ローリストンガーデンズ3番地は縁起の悪い不気味な建物だった。それは、通り(ブリクストンロード)から少し入ったところに建っている四軒のうちの一軒で、二軒には人が住んでいたが、残りの二軒は空き家だった。空き家は1階から3階まで虚ろで陰鬱な窓が並んでおり、空虚で汚れた窓ガラスのあちこちには、「貸家」の表示が白内障のようにぼんやりと貼り付けられている以外は、何も見えなかった。小さな庭には、所々に色の良くない草が生い茂っていて、この庭が各家と通りを隔てていた。この庭を横切って、、黄色い細い道が各家まで通っていた。道は土と砂利を混ぜたものでできているようだった。昨夜中降り続いた雨で、そこら中どこもかしこもびしょ濡れだった。庭の境界にあh、3フィートの高さの煉瓦(レンガ)塀があり、その上には木製の手摺りが付いていた。この煉瓦塀に屈強な巡査が凭れていて、彼の周りには少人数の野次馬が塊となり、首を突き出したり、目を凝らしたりして、建物の中で起きていることをちょっとでも見ようと、無駄な努力をしていたのであった。

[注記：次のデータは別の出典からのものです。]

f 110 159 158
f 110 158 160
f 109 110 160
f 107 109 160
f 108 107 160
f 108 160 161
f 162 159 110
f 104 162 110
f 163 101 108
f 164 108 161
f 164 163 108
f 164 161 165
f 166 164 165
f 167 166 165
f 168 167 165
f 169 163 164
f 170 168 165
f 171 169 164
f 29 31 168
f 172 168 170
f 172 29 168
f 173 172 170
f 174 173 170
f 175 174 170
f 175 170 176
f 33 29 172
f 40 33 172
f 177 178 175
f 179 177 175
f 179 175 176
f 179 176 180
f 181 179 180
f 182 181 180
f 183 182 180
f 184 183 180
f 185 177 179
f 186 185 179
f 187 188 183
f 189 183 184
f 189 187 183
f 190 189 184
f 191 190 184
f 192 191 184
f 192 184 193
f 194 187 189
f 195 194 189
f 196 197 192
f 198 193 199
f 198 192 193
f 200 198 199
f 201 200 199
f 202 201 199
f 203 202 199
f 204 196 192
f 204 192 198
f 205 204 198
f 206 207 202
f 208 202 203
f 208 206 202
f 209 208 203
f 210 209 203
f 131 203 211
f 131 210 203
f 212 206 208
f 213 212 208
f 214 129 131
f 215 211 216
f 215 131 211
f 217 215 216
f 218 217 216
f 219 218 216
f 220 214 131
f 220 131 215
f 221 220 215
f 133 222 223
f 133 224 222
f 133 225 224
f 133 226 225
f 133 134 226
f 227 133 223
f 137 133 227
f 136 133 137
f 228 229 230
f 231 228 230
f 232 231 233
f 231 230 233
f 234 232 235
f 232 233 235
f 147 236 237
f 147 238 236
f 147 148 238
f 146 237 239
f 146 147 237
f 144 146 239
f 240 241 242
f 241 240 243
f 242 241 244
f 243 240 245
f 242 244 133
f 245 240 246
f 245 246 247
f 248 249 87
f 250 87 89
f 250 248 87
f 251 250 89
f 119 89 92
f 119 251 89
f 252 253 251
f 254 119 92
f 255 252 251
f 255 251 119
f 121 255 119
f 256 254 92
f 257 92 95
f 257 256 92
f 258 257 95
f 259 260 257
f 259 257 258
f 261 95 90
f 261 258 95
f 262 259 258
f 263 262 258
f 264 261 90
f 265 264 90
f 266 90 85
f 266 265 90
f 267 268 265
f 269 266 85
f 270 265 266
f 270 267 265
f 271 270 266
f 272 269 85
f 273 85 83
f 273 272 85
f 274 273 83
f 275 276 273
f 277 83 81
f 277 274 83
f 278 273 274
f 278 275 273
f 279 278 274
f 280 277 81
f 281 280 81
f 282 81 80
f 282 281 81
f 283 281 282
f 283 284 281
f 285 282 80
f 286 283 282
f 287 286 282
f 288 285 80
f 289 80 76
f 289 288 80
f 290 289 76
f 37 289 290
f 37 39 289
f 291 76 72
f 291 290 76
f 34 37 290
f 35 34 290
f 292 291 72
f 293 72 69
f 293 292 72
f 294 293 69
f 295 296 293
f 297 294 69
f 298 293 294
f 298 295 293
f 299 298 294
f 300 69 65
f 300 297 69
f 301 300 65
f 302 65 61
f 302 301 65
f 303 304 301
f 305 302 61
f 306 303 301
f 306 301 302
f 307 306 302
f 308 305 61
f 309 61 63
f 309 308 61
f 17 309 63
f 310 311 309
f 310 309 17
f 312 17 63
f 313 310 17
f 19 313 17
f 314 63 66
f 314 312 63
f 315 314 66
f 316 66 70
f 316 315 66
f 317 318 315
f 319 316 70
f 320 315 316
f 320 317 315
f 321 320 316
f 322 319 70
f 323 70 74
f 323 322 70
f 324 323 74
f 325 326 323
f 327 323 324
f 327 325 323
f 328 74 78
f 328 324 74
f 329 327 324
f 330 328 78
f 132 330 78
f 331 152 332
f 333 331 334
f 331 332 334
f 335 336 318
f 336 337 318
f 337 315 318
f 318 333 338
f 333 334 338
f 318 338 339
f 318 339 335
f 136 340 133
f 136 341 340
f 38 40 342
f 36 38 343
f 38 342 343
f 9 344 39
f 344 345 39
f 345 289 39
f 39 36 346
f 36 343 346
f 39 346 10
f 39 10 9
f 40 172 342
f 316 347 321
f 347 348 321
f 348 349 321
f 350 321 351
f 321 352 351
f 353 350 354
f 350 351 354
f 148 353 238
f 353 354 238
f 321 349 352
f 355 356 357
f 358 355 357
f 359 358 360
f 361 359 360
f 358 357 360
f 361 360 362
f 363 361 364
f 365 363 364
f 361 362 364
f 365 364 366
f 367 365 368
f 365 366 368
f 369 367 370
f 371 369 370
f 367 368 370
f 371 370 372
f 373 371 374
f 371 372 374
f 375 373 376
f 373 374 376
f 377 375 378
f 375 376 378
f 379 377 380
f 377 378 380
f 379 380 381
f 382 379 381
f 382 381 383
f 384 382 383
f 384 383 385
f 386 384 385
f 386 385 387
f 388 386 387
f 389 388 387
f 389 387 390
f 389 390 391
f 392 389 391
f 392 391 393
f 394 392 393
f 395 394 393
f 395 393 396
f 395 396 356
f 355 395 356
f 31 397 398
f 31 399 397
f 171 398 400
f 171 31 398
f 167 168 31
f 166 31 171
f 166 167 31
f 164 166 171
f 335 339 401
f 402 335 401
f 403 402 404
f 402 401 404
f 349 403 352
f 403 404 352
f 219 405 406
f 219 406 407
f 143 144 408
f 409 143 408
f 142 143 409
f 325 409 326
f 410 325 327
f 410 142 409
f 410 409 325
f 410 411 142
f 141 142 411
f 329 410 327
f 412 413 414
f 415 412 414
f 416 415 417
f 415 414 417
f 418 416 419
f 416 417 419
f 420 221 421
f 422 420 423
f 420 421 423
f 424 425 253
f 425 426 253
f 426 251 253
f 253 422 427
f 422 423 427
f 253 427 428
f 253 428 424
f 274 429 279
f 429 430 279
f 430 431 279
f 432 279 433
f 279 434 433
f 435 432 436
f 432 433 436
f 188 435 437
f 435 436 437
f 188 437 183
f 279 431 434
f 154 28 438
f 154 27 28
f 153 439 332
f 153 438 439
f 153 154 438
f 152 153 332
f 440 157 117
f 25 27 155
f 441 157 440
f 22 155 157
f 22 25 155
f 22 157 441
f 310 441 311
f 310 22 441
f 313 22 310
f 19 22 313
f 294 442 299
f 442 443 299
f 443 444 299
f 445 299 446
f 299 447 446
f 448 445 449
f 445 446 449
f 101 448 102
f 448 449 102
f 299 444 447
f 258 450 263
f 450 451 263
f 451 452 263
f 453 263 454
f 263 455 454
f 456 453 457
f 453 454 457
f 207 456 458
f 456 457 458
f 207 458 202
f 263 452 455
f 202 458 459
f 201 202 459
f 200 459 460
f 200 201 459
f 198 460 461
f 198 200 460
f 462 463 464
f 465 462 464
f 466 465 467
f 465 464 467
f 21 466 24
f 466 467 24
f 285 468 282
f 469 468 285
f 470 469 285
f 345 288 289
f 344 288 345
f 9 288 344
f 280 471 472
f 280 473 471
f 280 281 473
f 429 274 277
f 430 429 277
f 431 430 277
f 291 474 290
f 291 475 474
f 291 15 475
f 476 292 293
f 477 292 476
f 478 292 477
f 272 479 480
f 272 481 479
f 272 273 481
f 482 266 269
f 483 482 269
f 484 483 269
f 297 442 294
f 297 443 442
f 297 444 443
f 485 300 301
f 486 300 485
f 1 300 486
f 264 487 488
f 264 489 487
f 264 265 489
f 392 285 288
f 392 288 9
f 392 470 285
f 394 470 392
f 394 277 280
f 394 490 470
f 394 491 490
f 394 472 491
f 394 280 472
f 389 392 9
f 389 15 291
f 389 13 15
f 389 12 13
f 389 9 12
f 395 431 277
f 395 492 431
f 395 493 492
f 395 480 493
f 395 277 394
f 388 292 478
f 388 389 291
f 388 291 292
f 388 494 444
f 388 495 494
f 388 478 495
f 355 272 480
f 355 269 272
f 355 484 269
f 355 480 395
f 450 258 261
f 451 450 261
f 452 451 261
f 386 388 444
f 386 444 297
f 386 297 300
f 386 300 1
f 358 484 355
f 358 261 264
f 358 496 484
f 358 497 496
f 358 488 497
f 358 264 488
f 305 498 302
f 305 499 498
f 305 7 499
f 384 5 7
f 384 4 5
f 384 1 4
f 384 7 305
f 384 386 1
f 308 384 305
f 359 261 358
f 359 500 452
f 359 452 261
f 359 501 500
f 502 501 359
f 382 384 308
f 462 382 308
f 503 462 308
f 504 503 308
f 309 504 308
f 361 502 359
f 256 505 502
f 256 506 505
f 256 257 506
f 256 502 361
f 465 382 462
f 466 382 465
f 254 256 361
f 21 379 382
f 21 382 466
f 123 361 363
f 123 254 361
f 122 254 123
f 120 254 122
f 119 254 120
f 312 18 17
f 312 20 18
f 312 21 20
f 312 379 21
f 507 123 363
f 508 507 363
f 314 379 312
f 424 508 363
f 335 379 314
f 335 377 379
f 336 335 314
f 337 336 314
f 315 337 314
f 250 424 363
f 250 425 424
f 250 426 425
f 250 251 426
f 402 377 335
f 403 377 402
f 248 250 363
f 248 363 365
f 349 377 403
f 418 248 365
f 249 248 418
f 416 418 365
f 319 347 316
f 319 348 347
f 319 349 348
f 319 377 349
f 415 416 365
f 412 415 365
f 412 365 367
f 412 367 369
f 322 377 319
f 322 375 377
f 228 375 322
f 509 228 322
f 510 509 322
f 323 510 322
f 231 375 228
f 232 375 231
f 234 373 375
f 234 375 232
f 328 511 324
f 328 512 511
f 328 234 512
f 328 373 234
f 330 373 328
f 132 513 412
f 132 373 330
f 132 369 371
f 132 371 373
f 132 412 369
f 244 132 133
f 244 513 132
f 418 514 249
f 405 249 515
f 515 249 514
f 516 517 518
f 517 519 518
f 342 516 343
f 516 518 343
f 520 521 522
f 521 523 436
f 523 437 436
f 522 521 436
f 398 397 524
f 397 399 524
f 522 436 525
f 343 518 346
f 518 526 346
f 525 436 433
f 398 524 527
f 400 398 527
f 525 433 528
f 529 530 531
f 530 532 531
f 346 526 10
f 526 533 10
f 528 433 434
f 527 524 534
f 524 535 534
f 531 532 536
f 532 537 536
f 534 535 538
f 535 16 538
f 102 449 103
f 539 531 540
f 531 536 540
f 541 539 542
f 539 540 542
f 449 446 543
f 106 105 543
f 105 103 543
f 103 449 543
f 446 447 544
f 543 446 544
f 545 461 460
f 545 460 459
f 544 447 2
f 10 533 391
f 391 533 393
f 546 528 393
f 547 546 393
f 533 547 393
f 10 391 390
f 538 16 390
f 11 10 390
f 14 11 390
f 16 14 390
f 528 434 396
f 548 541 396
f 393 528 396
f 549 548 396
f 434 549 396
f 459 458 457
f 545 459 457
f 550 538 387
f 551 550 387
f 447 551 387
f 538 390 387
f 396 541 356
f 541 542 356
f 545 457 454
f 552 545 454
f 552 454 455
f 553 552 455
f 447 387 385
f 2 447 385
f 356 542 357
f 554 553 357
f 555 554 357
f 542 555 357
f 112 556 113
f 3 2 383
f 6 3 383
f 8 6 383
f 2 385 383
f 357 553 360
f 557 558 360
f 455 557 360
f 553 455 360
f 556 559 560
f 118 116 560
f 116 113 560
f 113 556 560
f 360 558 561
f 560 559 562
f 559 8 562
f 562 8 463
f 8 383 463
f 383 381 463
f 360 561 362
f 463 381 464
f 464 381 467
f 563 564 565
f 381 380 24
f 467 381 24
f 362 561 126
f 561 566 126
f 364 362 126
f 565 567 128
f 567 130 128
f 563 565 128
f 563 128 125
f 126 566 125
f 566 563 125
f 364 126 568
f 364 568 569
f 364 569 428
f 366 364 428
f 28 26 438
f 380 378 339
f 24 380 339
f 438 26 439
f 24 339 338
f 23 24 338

Number 3, Lauriston Gardens, wore an ill-omened and minatory look. It was one of four houses which stood back some little way from the street, two being occupied and two empty. The latter looked out with three tiers of vacant melancholy windows, which were blank and dreary, save that here and there a 'To Let' card had developed like a cataract upon the bleared panes. A small garden sprinkled over with a scattered eruption of sickly plants separated each of these houses from the street and was traversed by a narrow pathway, yellowish in colour, and consisting apparently of a mixture of clay and of gravel. The whole place was very sloppy from the rain which had fallen through the night. The garden was boarded by a three-foot brick wall with a fringe of wood rails upon the top and against this wall was leaning a stalwart police constable, surrounded by a small knot of loafers, who craned their necks and strained their eyes on the vain hope of catching some glimpse of the proceedings within.

夕暮れ時に撮影したローリストン城の全景

スコットランドヤードのグレッグスン警部の依頼により、ホームズとワトスンが駆け付けたローリストンガーデンズ3番地(3 Lauriston Gardens)は、コナン・ドイルの原作では、テムズ河(River Thames)南岸のブリクストンロード(Brixton Road)から少し入ったところにあると記述されているものの、残念ながら、現在の住所表示上、ロンドン市内には存在しておらず、架空の住所である。ただし、ローリストンガーデンズは、スコットランドのエディンバラ(Edinburgh)市内に実在している。原作者のコナン・ドイルはエディンバラ市に出生しているので、もしかすると、事件現場の住所として、ロンドン市内の実在の場所を使用できないので、エディンバラ市内にある住所を代わりに使った可能性がある。